When I first saw the original demo I was really impressed, but now that is been released I feel like it hasn't advanced enough since that demo to really be useful. I tried a few random synths when the server was having problems, it looks like it isn't being hammered any longer so I ought to try it again soon when I'm using a compatible OS.

Overall it's confused and muddled to use and look at- like a broken quicktime VR.

Photosynth seems to work best in terms of interface and experience when it is simply a panoramic viewer of stitched together images- where all the images are taken from a point of buildings or scenery around the viewer. It's easy to click left or right to rotate left or right and have the view intuitively change. But we've had photostitching software that produces smooth panoramas that look better than this for years, so there's nothing to offer here.

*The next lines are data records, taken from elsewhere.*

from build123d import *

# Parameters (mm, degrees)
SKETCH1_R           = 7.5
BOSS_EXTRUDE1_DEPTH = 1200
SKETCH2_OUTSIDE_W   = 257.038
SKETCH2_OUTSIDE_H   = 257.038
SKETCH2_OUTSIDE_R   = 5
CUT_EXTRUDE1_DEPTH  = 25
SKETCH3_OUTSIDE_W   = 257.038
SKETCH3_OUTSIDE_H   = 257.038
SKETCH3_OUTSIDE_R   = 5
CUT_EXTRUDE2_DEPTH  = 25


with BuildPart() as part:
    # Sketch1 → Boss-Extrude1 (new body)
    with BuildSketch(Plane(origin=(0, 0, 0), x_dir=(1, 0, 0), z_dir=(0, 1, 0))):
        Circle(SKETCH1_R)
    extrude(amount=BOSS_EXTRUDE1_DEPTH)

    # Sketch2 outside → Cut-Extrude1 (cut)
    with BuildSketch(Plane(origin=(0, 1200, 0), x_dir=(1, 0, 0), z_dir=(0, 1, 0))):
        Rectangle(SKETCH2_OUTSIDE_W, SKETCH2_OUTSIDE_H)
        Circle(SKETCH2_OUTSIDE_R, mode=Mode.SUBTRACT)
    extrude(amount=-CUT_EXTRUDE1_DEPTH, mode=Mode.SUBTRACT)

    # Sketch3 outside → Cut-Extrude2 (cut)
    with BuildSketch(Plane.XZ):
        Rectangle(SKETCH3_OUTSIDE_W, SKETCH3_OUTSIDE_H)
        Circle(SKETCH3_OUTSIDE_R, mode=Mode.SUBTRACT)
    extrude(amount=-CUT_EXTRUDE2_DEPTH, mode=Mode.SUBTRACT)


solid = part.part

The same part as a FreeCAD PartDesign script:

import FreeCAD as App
import Part
import Sketcher
from FreeCAD import Vector
Q = App.Units.Quantity


def add_polygon(sketch, points):
    """Adds a closed chain of lines whose ends are joined by coincident constraints."""
    first, n = sketch.GeometryCount, len(points)
    for a, b in zip(points, points[1:] + points[:1]):
        sketch.addGeometry(Part.LineSegment(App.Vector(*a, 0), App.Vector(*b, 0)), False)
    for i in range(n):
        sketch.addConstraint(Sketcher.Constraint("Coincident", first + i, 2, first + (i + 1) % n, 1))

doc = App.newDocument("Part")
body = doc.addObject("PartDesign::Body", "Body")

# Sketch on XZ plane
sketch1 = body.newObject("Sketcher::SketchObject", "Sketch")
sketch1.AttachmentSupport = (doc.getObject("XZ_Plane"), [""])
sketch1.MapMode = "FlatFace"
sketch1.addGeometry(Part.Circle(Vector(0, 0, 0), Vector(0, 0, 1), 7.5), False)
sketch1.addConstraint(Sketcher.Constraint("Coincident", 0, 3, -1, 1))
sketch1.addConstraint(Sketcher.Constraint("Diameter", 0, Q("15 mm")))
pad1 = body.newObject("PartDesign::Pad", "Pad")
pad1.Profile = sketch1
pad1.Length = 1200
pad1.Reversed = True

# Sketch on XZ plane
sketch2 = body.newObject("Sketcher::SketchObject", "Sketch001")
sketch2.AttachmentSupport = (doc.getObject("XZ_Plane"), [""])
sketch2.MapMode = "FlatFace"
sketch2.AttachmentOffset = App.Placement(Vector(0, 0, -1200), App.Rotation())
add_polygon(sketch2, [(-128.519, -128.519), (-128.519, 128.519), (128.519, 128.519), (128.519, -128.519)])  # lines 0-3
sketch2.addGeometry(Part.Circle(Vector(0, 0, 0), Vector(0, 0, 1), 5), False)  # 4
sketch2.addConstraint(Sketcher.Constraint("Vertical", 0))
sketch2.addConstraint(Sketcher.Constraint("Horizontal", 1))
sketch2.addConstraint(Sketcher.Constraint("Vertical", 2))
sketch2.addConstraint(Sketcher.Constraint("Horizontal", 3))
sketch2.addConstraint(Sketcher.Constraint("Coincident", 4, 3, -1, 1))
sketch2.addConstraint(Sketcher.Constraint("Symmetric", 0, 2, 2, 2, -1, 1))
sketch2.addConstraint(Sketcher.Constraint("Equal", 3, 0))
sketch2.addConstraint(Sketcher.Constraint("Diameter", 4, Q("10 mm")))
sketch2.addConstraint(Sketcher.Constraint("DistanceX", 1, 1, 1, 2, Q("257.038 mm")))
pocket1 = body.newObject("PartDesign::Pocket", "Pocket")
pocket1.Profile = sketch2
pocket1.Length = 25
pocket1.Reversed = True

# Sketch on XZ plane
sketch3 = body.newObject("Sketcher::SketchObject", "Sketch002")
sketch3.AttachmentSupport = (doc.getObject("XZ_Plane"), [""])
sketch3.MapMode = "FlatFace"
add_polygon(sketch3, [(-128.519, 128.519), (-128.519, -128.519), (128.519, -128.519), (128.519, 128.519)])  # lines 0-3
sketch3.addGeometry(Part.Circle(Vector(0, 0, 0), Vector(0, 0, 1), 5), False)  # 4
sketch3.addConstraint(Sketcher.Constraint("Vertical", 0))
sketch3.addConstraint(Sketcher.Constraint("Horizontal", 1))
sketch3.addConstraint(Sketcher.Constraint("Vertical", 2))
sketch3.addConstraint(Sketcher.Constraint("Horizontal", 3))
sketch3.addConstraint(Sketcher.Constraint("Coincident", 4, 3, -1, 1))
sketch3.addConstraint(Sketcher.Constraint("Symmetric", 0, 2, 2, 2, -1, 1))
sketch3.addConstraint(Sketcher.Constraint("Equal", 3, 0))
sketch3.addConstraint(Sketcher.Constraint("Diameter", 4, Q("10 mm")))
sketch3.addConstraint(Sketcher.Constraint("DistanceX", 1, 1, 1, 2, Q("257.038 mm")))
pocket2 = body.newObject("PartDesign::Pocket", "Pocket001")
pocket2.Profile = sketch3
pocket2.Length = 25

doc.recompute()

When viewing more complicated synths, the UI really breaks down. I don't understand why when I click and drag the mouse the view rotates to where I'd like, but then it snaps back to where it used to be when I let go of the button. It's very hard to move naturally through 3D space- I think the main problem is that the program is too photo-centric: it always wants to feature a single photograph prominently rather than a more synthetic view. Why can't I pull back to view all the photos, or at least a jumble of outlines of all the photos?

It seems like there is an interesting 3D point cloud of points found to be common to multiple photos underlying the synth but it can't be viewed on it's own (much less downloaded...), there are always photos obscuring it. The photograph prominence is constantly causing nearby photos to become blurry or transparent in visually disruptive ways.

Finally, it seems like the natural end-point of technology like this is to generate 3D textured models of a location, with viewing of the source photos as a feature but not the most prominent mode. Can this be done with photosynth-like technology or is all the aspects I don't like a way of covering up that it can't actually do that? Maybe it can produce 3D models but they all come out horribly distorted (so then provide a UI to manually undistort them).

Hopefully they will improve on this, or another well-backed site will deliver fully on the promise shown here.